Extremefall hat gesagt.:


> Oder woran liegt es wohl?


Daran, dass es extremefallsproxy.de nicht gibt? Wieso leitest du den request an diese url weiter?
Was soll dein proxy genau machen?
Und wenn du das nicht weißt, warum schreibst du dann einen proxy?


----------



## Extremefall (10. Mai 2011)

Ich dachte, dass es sich dabei um den Namen des Proxys handelt. Kann man den Host denn einfach weglassen? Ich will mit dem Proxy folgendes machen: Die URL abfangen, die bei Firefox angesurft wird. Daher dachte ich mir, dass ein Proxy die beste Möglichkeit wäre. Wofür steht denn der Host dann?

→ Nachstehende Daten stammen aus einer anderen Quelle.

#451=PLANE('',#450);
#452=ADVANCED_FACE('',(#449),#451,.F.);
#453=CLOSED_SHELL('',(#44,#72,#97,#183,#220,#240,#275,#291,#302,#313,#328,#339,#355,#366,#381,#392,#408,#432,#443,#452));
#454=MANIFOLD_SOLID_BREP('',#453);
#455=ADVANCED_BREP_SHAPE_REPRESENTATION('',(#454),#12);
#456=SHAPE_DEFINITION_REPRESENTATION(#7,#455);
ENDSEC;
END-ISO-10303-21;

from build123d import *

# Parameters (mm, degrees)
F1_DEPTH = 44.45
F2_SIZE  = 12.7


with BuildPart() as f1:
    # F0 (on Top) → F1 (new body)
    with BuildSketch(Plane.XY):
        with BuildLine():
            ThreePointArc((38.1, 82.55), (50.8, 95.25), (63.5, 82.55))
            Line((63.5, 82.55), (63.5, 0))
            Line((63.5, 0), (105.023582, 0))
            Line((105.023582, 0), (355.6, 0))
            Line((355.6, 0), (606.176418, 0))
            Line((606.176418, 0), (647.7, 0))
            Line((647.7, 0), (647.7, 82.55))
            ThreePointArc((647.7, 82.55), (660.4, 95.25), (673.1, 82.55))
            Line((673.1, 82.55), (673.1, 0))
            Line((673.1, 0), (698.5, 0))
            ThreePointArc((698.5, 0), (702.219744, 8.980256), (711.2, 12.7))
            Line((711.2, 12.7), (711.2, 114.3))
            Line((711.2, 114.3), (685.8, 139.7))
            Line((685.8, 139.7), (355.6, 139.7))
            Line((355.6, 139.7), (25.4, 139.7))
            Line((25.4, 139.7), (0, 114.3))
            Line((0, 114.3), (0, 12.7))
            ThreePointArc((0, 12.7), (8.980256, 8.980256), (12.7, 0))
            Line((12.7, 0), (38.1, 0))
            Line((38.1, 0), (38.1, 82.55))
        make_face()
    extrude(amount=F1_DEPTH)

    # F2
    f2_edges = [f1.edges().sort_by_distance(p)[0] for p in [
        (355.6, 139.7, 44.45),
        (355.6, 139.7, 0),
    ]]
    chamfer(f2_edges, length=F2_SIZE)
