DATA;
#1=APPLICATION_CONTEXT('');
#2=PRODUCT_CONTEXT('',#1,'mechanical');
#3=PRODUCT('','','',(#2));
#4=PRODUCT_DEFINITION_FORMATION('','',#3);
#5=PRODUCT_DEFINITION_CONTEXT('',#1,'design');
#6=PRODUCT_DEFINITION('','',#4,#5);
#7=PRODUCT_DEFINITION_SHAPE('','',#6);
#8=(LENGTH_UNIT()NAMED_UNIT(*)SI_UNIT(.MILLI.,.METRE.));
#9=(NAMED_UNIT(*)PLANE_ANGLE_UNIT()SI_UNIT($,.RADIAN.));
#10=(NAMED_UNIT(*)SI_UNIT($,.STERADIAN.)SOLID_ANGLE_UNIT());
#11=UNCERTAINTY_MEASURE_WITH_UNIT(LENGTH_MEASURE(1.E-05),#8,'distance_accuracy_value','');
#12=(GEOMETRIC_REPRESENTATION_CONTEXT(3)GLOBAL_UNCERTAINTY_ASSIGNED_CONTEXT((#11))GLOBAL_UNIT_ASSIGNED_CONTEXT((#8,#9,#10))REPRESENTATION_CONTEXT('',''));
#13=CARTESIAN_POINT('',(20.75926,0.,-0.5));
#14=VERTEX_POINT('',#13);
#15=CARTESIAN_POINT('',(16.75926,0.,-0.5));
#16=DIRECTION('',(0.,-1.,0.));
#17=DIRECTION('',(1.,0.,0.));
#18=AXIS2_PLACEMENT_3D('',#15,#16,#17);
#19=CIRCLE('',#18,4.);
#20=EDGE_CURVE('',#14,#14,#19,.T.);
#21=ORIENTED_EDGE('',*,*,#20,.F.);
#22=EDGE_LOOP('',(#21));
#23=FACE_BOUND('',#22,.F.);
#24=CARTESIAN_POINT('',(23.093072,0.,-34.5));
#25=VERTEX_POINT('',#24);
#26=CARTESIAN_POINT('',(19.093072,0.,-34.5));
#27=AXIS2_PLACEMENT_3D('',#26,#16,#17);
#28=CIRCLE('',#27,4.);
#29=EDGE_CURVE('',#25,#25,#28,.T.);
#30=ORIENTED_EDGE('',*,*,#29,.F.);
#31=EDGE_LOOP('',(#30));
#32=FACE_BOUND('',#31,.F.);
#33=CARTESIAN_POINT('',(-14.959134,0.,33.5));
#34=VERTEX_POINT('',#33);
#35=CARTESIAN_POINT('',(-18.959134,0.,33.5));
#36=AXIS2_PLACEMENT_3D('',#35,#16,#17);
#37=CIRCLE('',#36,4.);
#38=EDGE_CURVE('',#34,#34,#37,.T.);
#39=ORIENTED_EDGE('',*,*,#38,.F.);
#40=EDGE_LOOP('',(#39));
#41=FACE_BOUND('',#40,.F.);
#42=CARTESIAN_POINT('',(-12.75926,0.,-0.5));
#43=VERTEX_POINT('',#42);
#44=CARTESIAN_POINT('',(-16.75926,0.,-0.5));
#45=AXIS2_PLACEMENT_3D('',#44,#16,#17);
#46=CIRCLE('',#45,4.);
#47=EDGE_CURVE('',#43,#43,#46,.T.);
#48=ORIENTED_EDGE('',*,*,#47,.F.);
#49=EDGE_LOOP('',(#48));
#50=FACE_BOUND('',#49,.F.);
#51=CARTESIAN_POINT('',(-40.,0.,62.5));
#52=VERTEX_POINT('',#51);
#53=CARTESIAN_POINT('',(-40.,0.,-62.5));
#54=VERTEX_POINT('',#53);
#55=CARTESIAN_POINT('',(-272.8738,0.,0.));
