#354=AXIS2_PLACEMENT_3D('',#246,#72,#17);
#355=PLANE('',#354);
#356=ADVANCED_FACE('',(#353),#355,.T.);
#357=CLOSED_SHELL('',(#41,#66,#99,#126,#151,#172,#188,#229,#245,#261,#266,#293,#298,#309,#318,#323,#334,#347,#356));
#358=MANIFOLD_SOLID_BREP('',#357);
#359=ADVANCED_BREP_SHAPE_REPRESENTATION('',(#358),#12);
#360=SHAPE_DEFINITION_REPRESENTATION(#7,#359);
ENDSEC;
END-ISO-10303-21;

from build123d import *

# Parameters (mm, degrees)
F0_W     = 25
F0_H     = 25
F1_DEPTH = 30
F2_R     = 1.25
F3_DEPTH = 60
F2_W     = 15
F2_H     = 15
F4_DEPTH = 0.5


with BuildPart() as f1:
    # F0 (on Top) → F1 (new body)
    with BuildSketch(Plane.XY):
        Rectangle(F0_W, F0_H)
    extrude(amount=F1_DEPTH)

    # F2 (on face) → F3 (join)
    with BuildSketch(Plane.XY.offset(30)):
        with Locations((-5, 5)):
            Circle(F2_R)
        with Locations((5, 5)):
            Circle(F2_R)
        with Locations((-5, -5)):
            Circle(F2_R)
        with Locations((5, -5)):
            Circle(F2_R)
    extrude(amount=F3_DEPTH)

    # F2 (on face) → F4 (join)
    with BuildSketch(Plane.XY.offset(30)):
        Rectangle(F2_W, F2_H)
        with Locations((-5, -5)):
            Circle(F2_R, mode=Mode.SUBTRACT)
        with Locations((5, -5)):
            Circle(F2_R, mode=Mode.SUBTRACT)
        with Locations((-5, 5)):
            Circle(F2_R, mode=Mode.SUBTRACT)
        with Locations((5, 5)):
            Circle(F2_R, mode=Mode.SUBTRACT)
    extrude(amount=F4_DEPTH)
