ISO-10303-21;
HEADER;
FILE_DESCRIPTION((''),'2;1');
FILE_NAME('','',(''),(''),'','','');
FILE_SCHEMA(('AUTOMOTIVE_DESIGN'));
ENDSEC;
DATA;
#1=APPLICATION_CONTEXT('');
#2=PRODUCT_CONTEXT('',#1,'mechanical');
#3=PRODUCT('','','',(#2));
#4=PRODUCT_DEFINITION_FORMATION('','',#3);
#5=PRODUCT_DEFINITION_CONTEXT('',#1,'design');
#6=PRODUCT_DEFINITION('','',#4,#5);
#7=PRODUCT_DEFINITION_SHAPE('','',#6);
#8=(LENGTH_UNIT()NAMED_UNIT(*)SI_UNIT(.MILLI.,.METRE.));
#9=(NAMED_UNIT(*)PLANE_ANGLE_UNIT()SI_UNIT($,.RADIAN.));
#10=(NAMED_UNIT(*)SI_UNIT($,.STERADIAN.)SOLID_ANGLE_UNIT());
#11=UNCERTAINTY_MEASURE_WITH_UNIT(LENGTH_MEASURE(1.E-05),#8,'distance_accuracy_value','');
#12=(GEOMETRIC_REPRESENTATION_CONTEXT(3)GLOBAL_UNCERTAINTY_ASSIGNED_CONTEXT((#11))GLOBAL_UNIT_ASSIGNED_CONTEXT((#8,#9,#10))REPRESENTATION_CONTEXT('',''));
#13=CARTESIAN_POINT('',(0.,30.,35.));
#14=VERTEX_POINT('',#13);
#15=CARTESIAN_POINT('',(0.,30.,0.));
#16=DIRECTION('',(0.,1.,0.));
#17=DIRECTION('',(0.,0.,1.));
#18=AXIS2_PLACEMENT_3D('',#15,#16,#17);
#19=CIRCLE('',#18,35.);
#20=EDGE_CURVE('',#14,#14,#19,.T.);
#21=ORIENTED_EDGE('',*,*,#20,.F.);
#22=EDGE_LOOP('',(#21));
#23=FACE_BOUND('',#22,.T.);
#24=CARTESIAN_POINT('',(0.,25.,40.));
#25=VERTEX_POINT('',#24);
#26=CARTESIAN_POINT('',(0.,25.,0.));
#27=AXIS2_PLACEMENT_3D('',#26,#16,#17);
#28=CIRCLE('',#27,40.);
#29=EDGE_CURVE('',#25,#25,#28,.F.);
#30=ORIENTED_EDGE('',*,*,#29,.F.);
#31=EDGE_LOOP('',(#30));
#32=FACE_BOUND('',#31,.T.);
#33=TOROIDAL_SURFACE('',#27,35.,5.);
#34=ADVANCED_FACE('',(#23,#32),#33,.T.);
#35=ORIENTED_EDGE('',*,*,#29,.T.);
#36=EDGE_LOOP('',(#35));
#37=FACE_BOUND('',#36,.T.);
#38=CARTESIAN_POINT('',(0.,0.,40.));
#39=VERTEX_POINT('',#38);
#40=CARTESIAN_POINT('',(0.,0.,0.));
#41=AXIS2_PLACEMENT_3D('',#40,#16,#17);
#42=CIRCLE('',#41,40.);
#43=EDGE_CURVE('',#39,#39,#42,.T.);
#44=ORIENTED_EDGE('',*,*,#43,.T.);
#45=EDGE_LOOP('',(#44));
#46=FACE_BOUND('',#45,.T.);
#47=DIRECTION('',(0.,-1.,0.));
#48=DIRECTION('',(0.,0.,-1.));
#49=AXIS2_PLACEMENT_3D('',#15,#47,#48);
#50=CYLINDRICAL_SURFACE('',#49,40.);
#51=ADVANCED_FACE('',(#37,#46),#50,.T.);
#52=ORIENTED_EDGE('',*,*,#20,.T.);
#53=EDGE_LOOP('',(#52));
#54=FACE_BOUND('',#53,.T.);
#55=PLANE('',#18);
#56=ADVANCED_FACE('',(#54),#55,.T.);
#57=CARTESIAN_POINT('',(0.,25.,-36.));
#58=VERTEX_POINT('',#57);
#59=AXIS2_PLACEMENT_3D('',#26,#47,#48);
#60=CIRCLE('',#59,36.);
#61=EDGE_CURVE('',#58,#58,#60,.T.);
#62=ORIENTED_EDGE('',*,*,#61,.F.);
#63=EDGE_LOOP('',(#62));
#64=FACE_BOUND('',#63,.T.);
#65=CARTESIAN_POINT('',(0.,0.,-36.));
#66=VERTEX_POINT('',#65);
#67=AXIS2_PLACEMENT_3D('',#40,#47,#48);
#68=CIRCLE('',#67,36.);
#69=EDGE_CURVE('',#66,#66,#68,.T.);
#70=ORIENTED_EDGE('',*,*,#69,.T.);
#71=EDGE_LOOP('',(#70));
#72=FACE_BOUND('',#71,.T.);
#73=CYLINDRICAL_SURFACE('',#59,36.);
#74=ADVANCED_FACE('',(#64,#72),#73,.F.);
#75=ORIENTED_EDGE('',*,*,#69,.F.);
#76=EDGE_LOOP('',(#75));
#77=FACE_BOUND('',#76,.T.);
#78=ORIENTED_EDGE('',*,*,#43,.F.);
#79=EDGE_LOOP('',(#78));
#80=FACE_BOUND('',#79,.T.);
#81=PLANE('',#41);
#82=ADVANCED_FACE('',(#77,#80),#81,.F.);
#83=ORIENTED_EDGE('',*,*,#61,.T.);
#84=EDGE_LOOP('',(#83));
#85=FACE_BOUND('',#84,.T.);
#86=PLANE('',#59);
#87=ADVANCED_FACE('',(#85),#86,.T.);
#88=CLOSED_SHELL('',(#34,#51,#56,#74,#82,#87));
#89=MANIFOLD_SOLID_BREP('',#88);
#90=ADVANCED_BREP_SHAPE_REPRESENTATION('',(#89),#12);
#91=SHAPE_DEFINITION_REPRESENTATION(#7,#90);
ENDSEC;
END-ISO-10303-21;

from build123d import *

# Parameters (mm, degrees)
SKETCH1_R           = 40
BOSS_EXTRUDE1_DEPTH = 30
FILLET1_R           = 5
SKETCH2_R           = 36
CUT_EXTRUDE1_DEPTH  = 25


with BuildPart() as part:
    # Sketch1 → Boss-Extrude1 (new body)
    with BuildSketch(Plane(origin=(0, 0, 0), x_dir=(1, 0, 0), z_dir=(0, 1, 0))):
        with Locations(Location((0, 0, 0), (0, 0, 270))):
            Circle(SKETCH1_R)
    extrude(amount=BOSS_EXTRUDE1_DEPTH)

    # Fillet1
    fillet1_edges = [part.edges().sort_by_distance(p)[0] for p in [
        (0, 30, -40),
    ]]
    fillet(fillet1_edges, radius=FILLET1_R)

    # Sketch2 → Cut-Extrude1 (cut)
    with BuildSketch(Plane.XZ):
        with Locations(Location((0, 0, 0), (0, 0, 270))):
            Circle(SKETCH2_R)
    extrude(amount=-CUT_EXTRUDE1_DEPTH, mode=Mode.SUBTRACT)


solid = part.part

Danke schonmal für die Hilfe.


----------



## ARadauer (10. Mai 2011)

Extremefall hat gesagt.:


> Ich dachte, dass es sich dabei um den Namen des Proxys handelt.


du bist der proxy



> Kann man den Host denn einfach weglassen?


wie weg lassen, das programm verbindet sich dort hin..



> Ich will mit dem Proxy folgendes machen: Die URL abfangen, die bei Firefox angesurft wird. Daher dachte ich mir, dass ein Proxy die beste Möglichkeit wäre. Wofür steht denn der Host dann?


ich denke du musst aus dem request den host heraus fischen und dich dorthin verbinden. kanns aber nicht sicher sagen...
Beschäftige dich nochmal mit dem Thema, das ist etwas do sollte man schon mal 2-3 Stunden drüber lesen :rtfm:


----------



## Extremefall (10. Mai 2011)

Das einzige Verständnisproblem ist noch der Host. Heißt das, man verbindet sich über einen anderen Server mit dem Internet oder wie hat man sich das vorzustellen? Denn es soll ja alles normal funktionieren (also das Internet) und dabei die URL über einen Proxy abgefangen werden. Wenn ich weiß, wie ich den Host zu verstehen habe, dann wird der Rest sicherlich kein so großes Problem mehr sein.


----------



## XHelp (10. Mai 2011)

Host ist eben die Seite, mit der du dich im Endeffekt verbinden möchtest. Wie du hoffentlich merkst ist hier das Problem, dass es im Code fest ist. Was du brauchst ist ein HTTP-Proxy o.ä.
Aber erstmal musst du die Theorie dahinter verstehen


----------



## ARadauer (10. Mai 2011)

> das ist etwas do sollte man schon mal 2-3 Stunden drüber lesen


Mein Post 12:57 dein Post 13:13... naja



> Heißt das, man verbindet sich über einen anderen Server mit dem Internet oder wie hat man sich das vorzustellen?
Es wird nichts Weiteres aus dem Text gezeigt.